* _Instructions for the task_: Copy the records below exactly as they are written.

------ Recorded information ------

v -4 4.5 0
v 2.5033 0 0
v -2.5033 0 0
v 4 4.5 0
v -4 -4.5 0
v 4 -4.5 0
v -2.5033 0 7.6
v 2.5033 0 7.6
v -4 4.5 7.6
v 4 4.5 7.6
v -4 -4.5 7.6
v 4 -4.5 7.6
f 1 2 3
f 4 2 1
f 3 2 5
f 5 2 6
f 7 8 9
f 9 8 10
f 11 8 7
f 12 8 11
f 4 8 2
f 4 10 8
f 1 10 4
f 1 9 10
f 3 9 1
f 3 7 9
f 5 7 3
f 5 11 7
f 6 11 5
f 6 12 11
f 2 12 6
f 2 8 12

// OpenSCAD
// file: ../lib/profile.scad
// Shared geometry: the foot and socket shapes every part is built from.
include <constants.scad>

// 2D rectangle of the given outer size with rounded corners, centred on the origin.
module rounded_rect(size, r) {
    offset(r = r) square([size.x - 2 * r, size.y - 2 * r], center = true);
}

// Solid whose outline shrinks with height according to `profile`,
// a bottom-to-top list of [z, inset from `size`]. Corner radius follows the inset.
module stepped_solid(size, r, profile) {
    for (i = [0 : len(profile) - 2]) {
        a = profile[i];
        b = profile[i + 1];
        hull() {
            translate([0, 0, a[0]])
                linear_extrude(EPS) rounded_rect(size - 2 * [a[1], a[1]], r - a[1]);
            translate([0, 0, b[0] - EPS])
                linear_extrude(EPS) rounded_rect(size - 2 * [b[1], b[1]], r - b[1]);
        }
    }
}

// One bin foot, sitting on z = 0, centred on its cell.
module foot() {
    stepped_solid([GRID - CLEARANCE, GRID - CLEARANCE], BIN_R, FOOT_PROFILE);
}

// Negative volume a foot drops into. `size` is the full grid area it spans.
// With through = true it is extended above and below so it cuts clean through a plate.
module socket(size = [GRID, GRID], through = false) {
    lo = SOCKET_PROFILE[0];
    hi = SOCKET_PROFILE[len(SOCKET_PROFILE) - 1];
    profile = through
        ? concat([[lo[0] - 1, lo[1]]], SOCKET_PROFILE, [[hi[0] + 1, hi[1]]])
        : SOCKET_PROFILE;
    stepped_solid(size, SOCKET_R, profile);
}

// Repeat children once per cell of an nx-by-ny grid centred on the origin.
module grid_copies(nx, ny) {
    for (i = [0 : nx - 1], j = [0 : ny - 1])
        translate([(i - (nx - 1) / 2) * GRID, (j - (ny - 1) / 2) * GRID, 0])
            children();
}
// file: ../lib/printer.scad
// Printer limits and the logic for splitting large parts to fit the bed.
// Values are for a Bambu Lab P2S; change them here if the printer changes.
include <constants.scad>

BED        = [256, 256, 256];   // build volume, mm
BED_MARGIN = 5;                 // space kept free at each bed edge (5 -> 5x5 cells max, 2 -> 6x6)

// Largest number of whole grid cells that fit along one bed axis (0 = X, 1 = Y).
function max_cells(axis) = floor((BED[axis] - 2 * BED_MARGIN) / GRID);

// True when a part of the given [x, y, z] size fits the bed.
function fits_bed(size) =
    size.x <= BED.x - 2 * BED_MARGIN &&
    size.y <= BED.y - 2 * BED_MARGIN &&
    (len(size) < 3 || size.z <= BED.z);

// Split n cells into the fewest runs of at most `limit` cells, as evenly as possible.
// split_cells(13, 5) -> [5, 4, 4]
function split_cells(n, limit) =
    let (count = ceil(n / limit), base = floor(n / count), extra = n - base * count)
    [for (i = [0 : count - 1]) base + (i < extra ? 1 : 0)];

// Sum of the first `count` entries of a list.
function sum_first(v, count) = count <= 0 ? 0 : v[count - 1] + sum_first(v, count - 1);
// file: ../lib/constants.scad
// Gridfinity standard dimensions (mm). Single source of truth:
// every other file includes this one and never hardcodes these numbers.

GRID      = 42;     // X/Y pitch of one cell
UNIT_Z    = 7;      // height of one "u"
CLEARANCE = 0.5;    // total X/Y gap between a bin and its grid space (0.25 per side)

// Bin foot: stepped chamfer, listed bottom to top as [z, inset from the foot's top outline].
FOOT_PROFILE = [[0, 2.95], [0.8, 2.15], [2.6, 2.15], [4.75, 0]];
FOOT_H       = 4.75;
BIN_R        = 3.75;   // outer corner radius of a bin

// Socket (baseplate cell and stacking lip): [z, inset from the 42 mm grid outline].
SOCKET_PROFILE = [[0, 2.85], [0.7, 2.15], [2.5, 2.15], [4.65, 0]];
SOCKET_H       = 4.65;
SOCKET_R       = 4;    // corner radius at the top of a socket

// Bin body
WALL      = 0.95;   // wall thickness
FLOOR_Z   = 7;      // top of the bin floor, measured from the bottom of the foot
LIP_H     = 4.4;    // nominal stacking-lip height above the bin body
LIP_TRIM  = 0.4;    // shave the knife edge off the lip tip so it prints cleanly
LIP_INSET = SOCKET_PROFILE[0][1] - CLEARANCE / 2;   // lip overhang from the outer wall (2.6)

// Magnets (optional)
MAGNET_D      = 6.5;
MAGNET_H      = 2.4;
MAGNET_OFFSET = 13;   // hole centre distance from the cell centre, in X and Y

EPS = 0.01;   // overlap used to avoid coincident faces in boolean cuts
$fn = 48;
// main file
// Bow-tie key that locks two smart tiles together. Press one into each pair of facing
// pockets from the underside. Print flat, as modelled.
include <../lib/constants.scad>
include <../lib/smart.scad>
use <smart_base.scad>

tile_key();

module tile_key() {
    linear_extrude(KEY_H - 0.4) {
        key_half();
        mirror([0, 1, 0]) key_half();
    }
}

------

* _Reply_:
v -4 4.5 0
v 2.5033 0 0
v -2.5033 0 0
v 4 4.5 0
v -4 -4.5 0
v 4 -4.5 0
v -2.5033 0 7.6
v 2.5033 0 7.6
v -4 4.5 7.6
v 4 4.5 7.6
v -4 -4.5 7.6
v 4 -4.5 7.6
f 1 2 3
f 4 2 1
f 3 2 5
f 5 2 6
f 7 8 9
f 9 8 10
f 11 8 7
f 12 8 11
f 4 8 2
f 4 10 8
f 1 10 4
f 1 9 10
f 3 9 1
f 3 7 9
f 5 7 3
f 5 11 7
f 6 11 5
f 6 12 11
f 2 12 6
f 2 8 12

// OpenSCAD
// file: ../lib/profile.scad
// Shared geometry: the foot and socket shapes every part is built from.
include <constants.scad>

// 2D rectangle of the given outer size with rounded corners, centred on the origin.
module rounded_rect(size, r) {
    offset(r = r) square([size.x - 2 * r, size.y - 2 * r], center = true);
}

// Solid whose outline shrinks with height according to `profile`,
// a bottom-to-top list of [z, inset from `size`]. Corner radius follows the inset.
module stepped_solid(size, r, profile) {
    for (i = [0 : len(profile) - 2]) {
        a = profile[i];
        b = profile[i + 1];
        hull() {
            translate([0, 0, a[0]])
                linear_extrude(EPS) rounded_rect(size - 2 * [a[1], a[1]], r - a[1]);
            translate([0, 0, b[0] - EPS])
                linear_extrude(EPS) rounded_rect(size - 2 * [b[1], b[1]], r - b[1]);
        }
    }
}

// One bin foot, sitting on z = 0, centred on its cell.
module foot() {
    stepped_solid([GRID - CLEARANCE, GRID - CLEARANCE], BIN_R, FOOT_PROFILE);
}

// Negative volume a foot drops into. `size` is the full grid area it spans.
// With through = true it is extended above and below so it cuts clean through a plate.
module socket(size = [GRID, GRID], through = false) {
    lo = SOCKET_PROFILE[0];
    hi = SOCKET_PROFILE[len(SOCKET_PROFILE) - 1];
    profile = through
        ? concat([[lo[0] - 1, lo[1]]], SOCKET_PROFILE, [[hi[0] + 1, hi[1]]])
        : SOCKET_PROFILE;
    stepped_solid(size, SOCKET_R, profile);
}

// Repeat children once per cell of an nx-by-ny grid centred on the origin.
module grid_copies(nx, ny) {
    for (i = [0 : nx - 1], j = [0 : ny - 1])
        translate([(i - (nx - 1) / 2) * GRID, (j - (ny - 1) / 2) * GRID, 0])
            children();
}
// file: ../lib/printer.scad
// Printer limits and the logic for splitting large parts to fit the bed.
// Values are for a Bambu Lab P2S; change them here if the printer changes.
include <constants.scad>

BED        = [256, 256, 256];   // build volume, mm
BED_MARGIN = 5;                 // space kept free at each bed edge (5 -> 5x5 cells max, 2 -> 6x6)

// Largest number of whole grid cells that fit along one bed axis (0 = X, 1 = Y).
function max_cells(axis) = floor((BED[axis] - 2 * BED_MARGIN) / GRID);

// True when a part of the given [x, y, z] size fits the bed.
function fits_bed(size) =
    size.x <= BED.x - 2 * BED_MARGIN &&
    size.y <= BED.y - 2 * BED_MARGIN &&
    (len(size) < 3 || size.z <= BED.z);

// Split n cells into the fewest runs of at most `limit` cells, as evenly as possible.
// split_cells(13, 5) -> [5, 4, 4]
function split_cells(n, limit) =
    let (count = ceil(n / limit), base = floor(n / count), extra = n - base * count)
    [for (i = [0 : count - 1]) base + (i < extra ? 1 : 0)];

// Sum of the first `count` entries of a list.
function sum_first(v, count) = count <= 0 ? 0 : v[count - 1] + sum_first(v, count - 1);
// file: ../lib/constants.scad
// Gridfinity standard dimensions (mm). Single source of truth:
// every other file includes this one and never hardcodes these numbers.

GRID      = 42;     // X/Y pitch of one cell
UNIT_Z    = 7;      // height of one "u"
CLEARANCE = 0.5;    // total X/Y gap between a bin and its grid space (0.25 per side)

// Bin foot: stepped chamfer, listed bottom to top as [z, inset from the foot's top outline].
FOOT_PROFILE = [[0, 2.95], [0.8, 2.15], [2.6, 2.15], [4.75, 0]];
FOOT_H       = 4.75;
BIN_R        = 3.75;   // outer corner radius of a bin

// Socket (baseplate cell and stacking lip): [z, inset from the 42 mm grid outline].
SOCKET_PROFILE = [[0, 2.85], [0.7, 2.15], [2.5, 2.15], [4.65, 0]];
SOCKET_H       = 4.65;
SOCKET_R       = 4;    // corner radius at the top of a socket

// Bin body
WALL      = 0.95;   // wall thickness
FLOOR_Z   = 7;      // top of the bin floor, measured from the bottom of the foot
LIP_H     = 4.4;    // nominal stacking-lip height above the bin body
LIP_TRIM  = 0.4;    // shave the knife edge off the lip tip so it prints cleanly
LIP_INSET = SOCKET_PROFILE[0][1] - CLEARANCE / 2;   // lip overhang from the outer wall (2.6)

// Magnets (optional)
MAGNET_D      = 6.5;
MAGNET_H      = 2.4;
MAGNET_OFFSET = 13;   // hole centre distance from the cell centre, in X and Y

EPS = 0.01;   // overlap used to avoid coincident faces in boolean cuts
$fn = 48;
// main file
// Bow-tie key that locks two smart tiles together. Press one into each pair of facing
// pockets from the underside. Print flat, as modelled.
include <../lib/constants.scad>
include <../lib/smart.scad>
use <smart_base.scad>

tile_key();

module tile_key() {
    linear_extrude(KEY_H - 0.4) {
        key_half();
        mirror([0, 1, 0]) key_half();
    }
}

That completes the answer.